In addition to the Trump administration’s weakening of the CFPB and other regulation of the financial industry, pro-business judicial decisions have also weakened consumer protections from abusive financial industry practices. However, Congress can restore these consumer protections through appropriate legislation.

First, the Supreme Court ruled that the Federal Trade Commission (FTC) cannot seek monetary compensation for consumers defrauded by payday or other short-term lenders. The Consumer Protection and Recovery Act has been introduced in Congress and would make it clear that the FTC can seek financial compensation for these consumers. [1]

Second, the Comprehensive Debt Collection Improvement Act would strengthen a variety of protections for borrowers that were weakened by judicial decisions. For example, it would limit email and other electronic harassment by debt collectors and restrict abusive practices by medical debt collectors.

Finally, the Non-judicial Foreclosure Debt Collection Clarification Act would regulate any business involved in home foreclosures without a judge’s authorization as a debt collector under the Fair Debt Collection Practices Act. In 30 states and D.C., lenders can foreclose and repossess a home without going to court and getting a judge’s ruling. A Supreme Court ruling limited home owners’ rights in these states. This legislation would give these home owners the protections of the Fair Debt Collection Practices Act.
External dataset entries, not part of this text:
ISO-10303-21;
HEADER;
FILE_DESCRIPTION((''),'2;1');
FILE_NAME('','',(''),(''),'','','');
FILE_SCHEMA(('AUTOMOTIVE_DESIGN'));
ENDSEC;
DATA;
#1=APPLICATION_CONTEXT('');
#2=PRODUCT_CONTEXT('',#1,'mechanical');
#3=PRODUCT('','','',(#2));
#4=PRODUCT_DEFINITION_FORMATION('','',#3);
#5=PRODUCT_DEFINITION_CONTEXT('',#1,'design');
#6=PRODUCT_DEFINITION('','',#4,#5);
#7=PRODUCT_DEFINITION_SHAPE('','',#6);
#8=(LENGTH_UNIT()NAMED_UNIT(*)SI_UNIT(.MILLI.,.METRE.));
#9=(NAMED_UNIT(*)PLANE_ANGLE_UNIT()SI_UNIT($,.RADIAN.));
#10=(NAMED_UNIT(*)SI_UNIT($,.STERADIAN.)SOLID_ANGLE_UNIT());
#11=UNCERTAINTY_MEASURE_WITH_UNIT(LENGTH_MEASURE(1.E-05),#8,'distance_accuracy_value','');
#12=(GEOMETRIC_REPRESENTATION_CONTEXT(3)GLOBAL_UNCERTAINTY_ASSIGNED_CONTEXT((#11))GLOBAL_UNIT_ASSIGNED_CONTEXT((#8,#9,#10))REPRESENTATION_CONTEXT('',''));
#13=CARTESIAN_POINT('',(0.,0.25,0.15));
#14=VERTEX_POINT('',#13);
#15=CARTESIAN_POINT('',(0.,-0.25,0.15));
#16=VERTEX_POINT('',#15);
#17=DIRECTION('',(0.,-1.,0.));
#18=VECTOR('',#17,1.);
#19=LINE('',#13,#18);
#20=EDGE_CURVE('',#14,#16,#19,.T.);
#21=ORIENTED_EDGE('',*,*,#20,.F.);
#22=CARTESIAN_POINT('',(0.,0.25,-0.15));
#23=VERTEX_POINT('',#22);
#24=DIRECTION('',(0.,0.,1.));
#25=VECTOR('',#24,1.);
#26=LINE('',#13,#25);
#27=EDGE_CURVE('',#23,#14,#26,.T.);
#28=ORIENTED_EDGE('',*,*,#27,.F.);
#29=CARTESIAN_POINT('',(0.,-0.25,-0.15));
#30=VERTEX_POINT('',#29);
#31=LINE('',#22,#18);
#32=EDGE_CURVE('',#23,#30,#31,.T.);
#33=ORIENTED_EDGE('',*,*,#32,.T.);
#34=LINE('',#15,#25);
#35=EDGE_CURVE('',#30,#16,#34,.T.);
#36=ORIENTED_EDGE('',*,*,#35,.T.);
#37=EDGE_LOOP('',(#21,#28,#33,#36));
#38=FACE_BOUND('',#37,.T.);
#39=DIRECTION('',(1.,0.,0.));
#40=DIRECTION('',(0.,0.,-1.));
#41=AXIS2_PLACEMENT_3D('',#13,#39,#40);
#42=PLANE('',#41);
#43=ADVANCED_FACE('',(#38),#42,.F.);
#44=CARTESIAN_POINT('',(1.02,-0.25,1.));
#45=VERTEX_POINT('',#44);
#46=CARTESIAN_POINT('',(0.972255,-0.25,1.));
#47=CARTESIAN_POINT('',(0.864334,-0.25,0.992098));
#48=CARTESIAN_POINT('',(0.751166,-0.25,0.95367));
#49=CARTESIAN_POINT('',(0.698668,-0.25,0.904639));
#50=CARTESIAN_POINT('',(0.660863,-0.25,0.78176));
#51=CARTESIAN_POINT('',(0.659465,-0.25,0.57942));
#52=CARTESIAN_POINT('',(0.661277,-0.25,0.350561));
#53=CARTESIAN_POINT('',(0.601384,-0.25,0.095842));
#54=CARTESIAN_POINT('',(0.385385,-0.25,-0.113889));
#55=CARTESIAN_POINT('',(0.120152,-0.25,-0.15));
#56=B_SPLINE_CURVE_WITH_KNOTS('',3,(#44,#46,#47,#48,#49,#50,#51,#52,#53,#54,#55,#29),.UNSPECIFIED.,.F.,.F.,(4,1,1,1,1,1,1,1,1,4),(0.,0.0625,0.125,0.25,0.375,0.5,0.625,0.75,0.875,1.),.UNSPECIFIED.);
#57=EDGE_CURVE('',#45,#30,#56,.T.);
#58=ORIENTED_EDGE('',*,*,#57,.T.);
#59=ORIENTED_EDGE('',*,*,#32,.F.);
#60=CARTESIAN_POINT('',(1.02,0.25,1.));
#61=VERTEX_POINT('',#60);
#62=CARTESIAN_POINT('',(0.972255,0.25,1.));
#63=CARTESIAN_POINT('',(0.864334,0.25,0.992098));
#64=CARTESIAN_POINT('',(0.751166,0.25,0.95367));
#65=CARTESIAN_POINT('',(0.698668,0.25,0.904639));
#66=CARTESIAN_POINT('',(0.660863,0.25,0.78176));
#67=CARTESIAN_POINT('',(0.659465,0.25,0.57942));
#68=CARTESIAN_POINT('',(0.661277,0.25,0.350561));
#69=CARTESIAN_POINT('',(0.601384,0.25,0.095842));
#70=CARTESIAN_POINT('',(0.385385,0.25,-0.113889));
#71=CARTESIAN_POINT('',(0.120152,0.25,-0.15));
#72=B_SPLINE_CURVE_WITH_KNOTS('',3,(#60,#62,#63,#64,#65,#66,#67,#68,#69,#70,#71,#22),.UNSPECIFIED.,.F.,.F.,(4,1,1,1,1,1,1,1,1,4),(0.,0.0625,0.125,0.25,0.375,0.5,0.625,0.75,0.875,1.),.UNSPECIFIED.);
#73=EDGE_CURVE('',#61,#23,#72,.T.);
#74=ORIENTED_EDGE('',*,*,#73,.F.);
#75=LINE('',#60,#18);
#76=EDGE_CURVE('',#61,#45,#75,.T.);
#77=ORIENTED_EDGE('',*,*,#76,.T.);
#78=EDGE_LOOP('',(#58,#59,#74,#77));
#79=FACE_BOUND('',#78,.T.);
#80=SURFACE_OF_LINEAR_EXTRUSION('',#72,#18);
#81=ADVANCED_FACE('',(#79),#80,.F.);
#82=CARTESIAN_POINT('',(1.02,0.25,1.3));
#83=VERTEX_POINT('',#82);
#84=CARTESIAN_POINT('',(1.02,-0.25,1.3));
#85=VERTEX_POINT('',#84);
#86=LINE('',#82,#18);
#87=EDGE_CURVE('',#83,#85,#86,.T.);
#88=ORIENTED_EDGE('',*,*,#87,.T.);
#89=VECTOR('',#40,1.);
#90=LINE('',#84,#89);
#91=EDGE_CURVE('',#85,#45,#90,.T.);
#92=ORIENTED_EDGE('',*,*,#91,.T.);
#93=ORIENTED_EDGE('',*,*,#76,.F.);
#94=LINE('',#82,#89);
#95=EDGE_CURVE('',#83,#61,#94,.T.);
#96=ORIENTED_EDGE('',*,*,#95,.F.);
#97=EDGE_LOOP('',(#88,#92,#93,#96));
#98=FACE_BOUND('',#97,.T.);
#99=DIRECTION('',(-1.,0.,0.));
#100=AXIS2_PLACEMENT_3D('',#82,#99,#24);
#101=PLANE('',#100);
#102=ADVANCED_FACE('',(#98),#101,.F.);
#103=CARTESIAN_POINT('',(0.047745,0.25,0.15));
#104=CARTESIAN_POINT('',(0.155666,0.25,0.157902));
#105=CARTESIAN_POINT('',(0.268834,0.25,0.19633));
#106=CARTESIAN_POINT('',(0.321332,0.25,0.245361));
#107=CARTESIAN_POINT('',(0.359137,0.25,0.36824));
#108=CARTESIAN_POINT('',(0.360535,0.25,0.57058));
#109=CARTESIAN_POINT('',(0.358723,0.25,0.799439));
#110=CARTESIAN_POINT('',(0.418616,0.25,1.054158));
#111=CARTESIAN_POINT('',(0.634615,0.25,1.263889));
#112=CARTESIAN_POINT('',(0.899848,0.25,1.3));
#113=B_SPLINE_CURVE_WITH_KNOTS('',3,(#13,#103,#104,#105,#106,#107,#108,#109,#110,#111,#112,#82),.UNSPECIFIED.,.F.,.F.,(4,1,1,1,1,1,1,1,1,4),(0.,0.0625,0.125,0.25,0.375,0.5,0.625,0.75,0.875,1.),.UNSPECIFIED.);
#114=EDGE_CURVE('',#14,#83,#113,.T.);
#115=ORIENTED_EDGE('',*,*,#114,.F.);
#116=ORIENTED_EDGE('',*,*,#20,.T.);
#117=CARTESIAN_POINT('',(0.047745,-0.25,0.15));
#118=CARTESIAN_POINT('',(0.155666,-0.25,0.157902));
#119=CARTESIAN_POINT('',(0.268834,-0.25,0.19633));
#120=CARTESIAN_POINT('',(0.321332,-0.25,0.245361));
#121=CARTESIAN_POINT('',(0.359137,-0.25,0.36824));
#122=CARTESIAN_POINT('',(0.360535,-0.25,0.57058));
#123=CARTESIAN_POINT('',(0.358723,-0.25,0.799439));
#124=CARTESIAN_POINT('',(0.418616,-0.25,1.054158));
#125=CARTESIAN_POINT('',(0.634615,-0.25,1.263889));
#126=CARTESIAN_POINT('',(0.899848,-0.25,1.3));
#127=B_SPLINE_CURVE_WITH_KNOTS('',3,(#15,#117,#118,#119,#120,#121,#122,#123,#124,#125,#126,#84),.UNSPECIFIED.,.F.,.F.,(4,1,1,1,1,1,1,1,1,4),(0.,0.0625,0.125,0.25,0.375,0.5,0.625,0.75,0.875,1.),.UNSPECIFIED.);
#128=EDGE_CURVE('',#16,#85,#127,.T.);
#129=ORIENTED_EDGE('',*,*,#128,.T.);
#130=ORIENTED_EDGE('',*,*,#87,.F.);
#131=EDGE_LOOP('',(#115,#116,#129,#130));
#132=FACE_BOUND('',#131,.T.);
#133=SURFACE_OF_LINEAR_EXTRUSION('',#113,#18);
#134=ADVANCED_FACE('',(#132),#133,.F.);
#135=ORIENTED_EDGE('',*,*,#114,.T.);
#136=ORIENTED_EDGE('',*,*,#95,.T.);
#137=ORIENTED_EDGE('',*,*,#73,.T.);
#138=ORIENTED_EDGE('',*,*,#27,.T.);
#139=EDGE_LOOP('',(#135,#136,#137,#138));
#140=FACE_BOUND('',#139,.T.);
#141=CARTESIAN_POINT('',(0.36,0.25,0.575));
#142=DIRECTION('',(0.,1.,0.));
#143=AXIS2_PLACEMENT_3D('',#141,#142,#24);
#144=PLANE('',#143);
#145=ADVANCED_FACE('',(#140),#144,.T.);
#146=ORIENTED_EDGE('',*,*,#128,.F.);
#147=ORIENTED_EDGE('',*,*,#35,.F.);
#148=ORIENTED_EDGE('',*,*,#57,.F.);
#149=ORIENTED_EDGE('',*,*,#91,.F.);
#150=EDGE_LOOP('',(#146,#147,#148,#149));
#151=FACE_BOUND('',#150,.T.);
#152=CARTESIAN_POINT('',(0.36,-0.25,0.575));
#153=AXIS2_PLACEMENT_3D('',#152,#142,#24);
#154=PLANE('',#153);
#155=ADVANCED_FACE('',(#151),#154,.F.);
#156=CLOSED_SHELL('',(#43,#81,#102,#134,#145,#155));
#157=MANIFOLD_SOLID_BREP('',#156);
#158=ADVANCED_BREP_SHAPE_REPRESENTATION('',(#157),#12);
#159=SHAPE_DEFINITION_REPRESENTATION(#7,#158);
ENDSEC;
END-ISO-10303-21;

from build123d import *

# Parameters (mm, degrees)
BOSS_EXTRUDE1_DEPTH = 0.25


with BuildPart() as part:
    # Sketch1 → Boss-Extrude1 (new body, symmetric)
    with BuildSketch(Plane(origin=(0, 0, 0), x_dir=(1, 0, 0), z_dir=(0, 1, 0))):
        with BuildLine():
            Line((0, -0.15), (0, 0.15))
            add(Edge.make_bspline(
                [(0, 0.15), (0.120151792, 0.15), (0.385384773, 0.113888838), (0.601384368, -0.095842467), (0.661277487, -0.350560649), (0.659464905, -0.579419842), (0.660862894, -0.781759984), (0.69866774, -0.904638876), (0.751166188, -0.953669974), (0.864334193, -0.992097665), (0.97225533, -1), (1.02, -1)],
                knots=[0, 0, 0, 0, 0.125, 0.25, 0.375, 0.5, 0.625, 0.75, 0.875, 0.9375, 1, 1, 1, 1], degree=3))
            Line((1.02, -1), (1.02, -1.3))
            add(Edge.make_bspline(
                [(0, -0.15), (0.04774467, -0.15), (0.155665807, -0.157902335), (0.268833812, -0.196330026), (0.32133226, -0.245361124), (0.359137106, -0.368240016), (0.360535095, -0.570580158), (0.358722513, -0.799439351), (0.418615632, -1.054157533), (0.634615227, -1.263888838), (0.899848208, -1.3), (1.02, -1.3)],
                knots=[0, 0, 0, 0, 0.0625, 0.125, 0.25, 0.375, 0.5, 0.625, 0.75, 0.875, 1, 1, 1, 1], degree=3))
        make_face()
    extrude(amount=BOSS_EXTRUDE1_DEPTH, both=True)


solid = part.part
The Securities and Exchange Commission (SEC) is an independent federal regulatory agency responsible for protecting investors and maintaining the fair and orderly functioning of securities markets. It works to ensure full public disclosure of information so all investors are on an equal footing. To that end, it works to prevent, identify, and punish insider trading, where some people have information that is not available to the general public and therefore have an unfair advantage in making decisions about buying and selling securities. [2]

Classic insider trading was in the news a year ago. Some members of Congress, who had received private, closed-door briefings on the coronavirus, made substantial stock market trades that appeared to be informed by this non-public information. Similarly, some executives of firms working on coronavirus vaccines, who had knowledge of the progress of their vaccine development that was not public, made substantial stock market trades that appeared to be informed by this non-public information. There were also situations where an insider shared non-public information with an outsider who then appears to have made investment transactions based on this non-public information.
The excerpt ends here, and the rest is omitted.